Amazon Cloudfront is a CDN (Content Delivery Network) service. A CDN speeds up web delivery of static data files by keeping copies of them in servers all around the web, so your browser is getting the file from a server that's closer to you and therefore faster, maybe even inside the data center of the same ISP you use to access the public internet.
"P5) Queue your image conversion either thru SQS or RabbitMQ on Amazon EC2"
Amazon SQS (Simple Queue Service) is a message queue service. You can think of a message queue as "email built to milspec". Message Queues are used for communicating between different parts of your enterprise application. Your app hands a message to the message queue service and forgets about it. The message queue service, like the MTA (Mail Transport Agent) that your email client talks to, takes care of gettnig the message distributed to various destinations, reliably, quickly and scalably.
In this example, the messages are image conversion jobs, to be distributed to multiple EC2 server instances that do the work. The job wouldn't include the actual uploaded "Original Image" itself, but rather the location of the image in
There's a recurring theme if you read up on the various AWS cloud services, which is that you trade control and detailed access to the infrastructure in return for that scalability and ease of use. This is a general pattern from all over software, particularly in regard to ease of use. Another example where this is really obvious is what's called PaaS or "Platform as a Service".
By the way, there are similar acronyms for the other types, but they're more or less "backcronyms". Low level stuff, like EC2 by itself plus a few other options would be "Infrastructure as a Service". The services provided in the Stock Photography site example are "Software as a Service".

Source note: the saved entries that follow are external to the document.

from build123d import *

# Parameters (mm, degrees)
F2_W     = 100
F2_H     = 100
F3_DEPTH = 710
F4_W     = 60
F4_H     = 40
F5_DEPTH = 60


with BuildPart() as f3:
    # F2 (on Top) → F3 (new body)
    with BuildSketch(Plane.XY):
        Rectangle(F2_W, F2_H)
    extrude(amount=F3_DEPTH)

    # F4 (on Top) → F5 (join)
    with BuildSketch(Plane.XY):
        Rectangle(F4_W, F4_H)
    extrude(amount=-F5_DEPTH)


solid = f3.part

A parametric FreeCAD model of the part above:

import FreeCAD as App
import Part
import Sketcher

doc = App.newDocument("Part")
params = doc.addObject("Spreadsheet::Sheet", "Params")
for row, (alias, value) in enumerate([
    ("sketch1_width", "100 mm"),
    ("pad1_length", "710 mm"),
    ("sketch2_width", "60 mm"),
    ("sketch2_height", "40 mm"),
    ("pad2_length", "60 mm"),
], start=1):
    params.set(f"A{row}", alias)
    params.set(f"B{row}", "=" + value)
    params.setAlias(f"B{row}", alias)

body = doc.addObject("PartDesign::Body", "Body")

sketch1 = body.newObject("Sketcher::SketchObject", "Sketch")
sketch1.AttachmentSupport = (doc.getObject("XY_Plane"), [""])
sketch1.MapMode = "FlatFace"
sketch1.addGeometry(Part.LineSegment(App.Vector(-50, 50, 0), App.Vector(-50, -50, 0)), False)
sketch1.addGeometry(Part.LineSegment(App.Vector(-50, -50, 0), App.Vector(50, -50, 0)), False)
sketch1.addGeometry(Part.LineSegment(App.Vector(50, -50, 0), App.Vector(50, 50, 0)), False)
sketch1.addGeometry(Part.LineSegment(App.Vector(50, 50, 0), App.Vector(-50, 50, 0)), False)
sketch1.addConstraint(Sketcher.Constraint("Coincident", 0, 2, 1, 1))
sketch1.addConstraint(Sketcher.Constraint("Coincident", 1, 2, 2, 1))
sketch1.addConstraint(Sketcher.Constraint("Coincident", 2, 2, 3, 1))
sketch1.addConstraint(Sketcher.Constraint("Coincident", 3, 2, 0, 1))
sketch1.addConstraint(Sketcher.Constraint("Vertical", 0))
sketch1.addConstraint(Sketcher.Constraint("Horizontal", 1))
sketch1.addConstraint(Sketcher.Constraint("Vertical", 2))
sketch1.addConstraint(Sketcher.Constraint("Horizontal", 3))
sketch1.addConstraint(Sketcher.Constraint("Symmetric", 0, 2, 2, 2, -1, 1))
sketch1.addConstraint(Sketcher.Constraint("Equal", 3, 0))
sketch1.addConstraint(Sketcher.Constraint("DistanceX", 1, 1, 1, 2, 100.0))
sketch1.setExpression("Constraints[10]", "Params.sketch1_width")
pad1 = body.newObject("PartDesign::Pad", "Pad")
pad1.Profile = sketch1
pad1.setExpression("Length", "Params.pad1_length")

sketch2 = body.newObject("Sketcher::SketchObject", "Sketch001")
sketch2.AttachmentSupport = (doc.getObject("XY_Plane"), [""])
sketch2.MapMode = "FlatFace"
sketch2.addGeometry(Part.LineSegment(App.Vector(-30, 20, 0), App.Vector(-30, -20, 0)), False)
sketch2.addGeometry(Part.LineSegment(App.Vector(-30, -20, 0), App.Vector(30, -20, 0)), False)
sketch2.addGeometry(Part.LineSegment(App.Vector(30, -20, 0), App.Vector(30, 20, 0)), False)
sketch2.addGeometry(Part.LineSegment(App.Vector(30, 20, 0), App.Vector(-30, 20, 0)), False)
sketch2.addConstraint(Sketcher.Constraint("Coincident", 0, 2, 1, 1))
sketch2.addConstraint(Sketcher.Constraint("Coincident", 1, 2, 2, 1))
sketch2.addConstraint(Sketcher.Constraint("Coincident", 2, 2, 3, 1))
sketch2.addConstraint(Sketcher.Constraint("Coincident", 3, 2, 0, 1))
sketch2.addConstraint(Sketcher.Constraint("Vertical", 0))
sketch2.addConstraint(Sketcher.Constraint("Horizontal", 1))
sketch2.addConstraint(Sketcher.Constraint("Vertical", 2))
sketch2.addConstraint(Sketcher.Constraint("Horizontal", 3))
sketch2.addConstraint(Sketcher.Constraint("Symmetric", 0, 2, 2, 2, -1, 1))
sketch2.addConstraint(Sketcher.Constraint("DistanceX", 1, 1, 1, 2, 60.0))
sketch2.addConstraint(Sketcher.Constraint("DistanceY", 0, 2, 0, 1, 40.0))
sketch2.setExpression("Constraints[9]", "Params.sketch2_width")
sketch2.setExpression("Constraints[10]", "Params.sketch2_height")
pad2 = body.newObject("PartDesign::Pad", "Pad001")
pad2.Profile = sketch2
pad2.setExpression("Length", "Params.pad2_length")
pad2.Reversed = True

doc.recompute()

Note that SaaS had an earlier incarnation as "SAS", back in the early 2000s when people were first getting used to the idea of software products that lived on websites, like Gmail, or SalesForce. There still seems to be some confusion or disagreement between SaaS meaning, for example, Amazon RDS, or more consumer-level services. Technically, both are SaaS in the sense that they both provide an application in a service-like way.
Also note that these are all marketing terms and subject to a lot of typically "fluid" definitions we see so often in marketing.
There are a whole bunch of different "application server" technologies, like J2EE. Every single one of them involves the tradeoff that you design and build your app in a certain way, and the application server takes care of some of the plumbing and management for you, including some degree of scaling. PaaS is taking that same approach into the cloud world.
Again, the definition is a little fluid here. I take a somewhat strict view, which is more like Google App Engine. You're highly constrained in how you design the pieces of the app, but it scales automatically. I.e. by forcing you to break down the problem in a certain way, those chunks can be automatically, transparently farmed out to different machines, and you don't have to work on the plumbing or coordinating to make it happen.
This is, of course, a matter of design tradeoffs, and there's lots of debate about different ways to do it, and at what level. The longer I stay in this field, the more I begin to think everything about software boils down to that. Even in this essay, I see echoes of the same idea in the section on Virtualization, for example.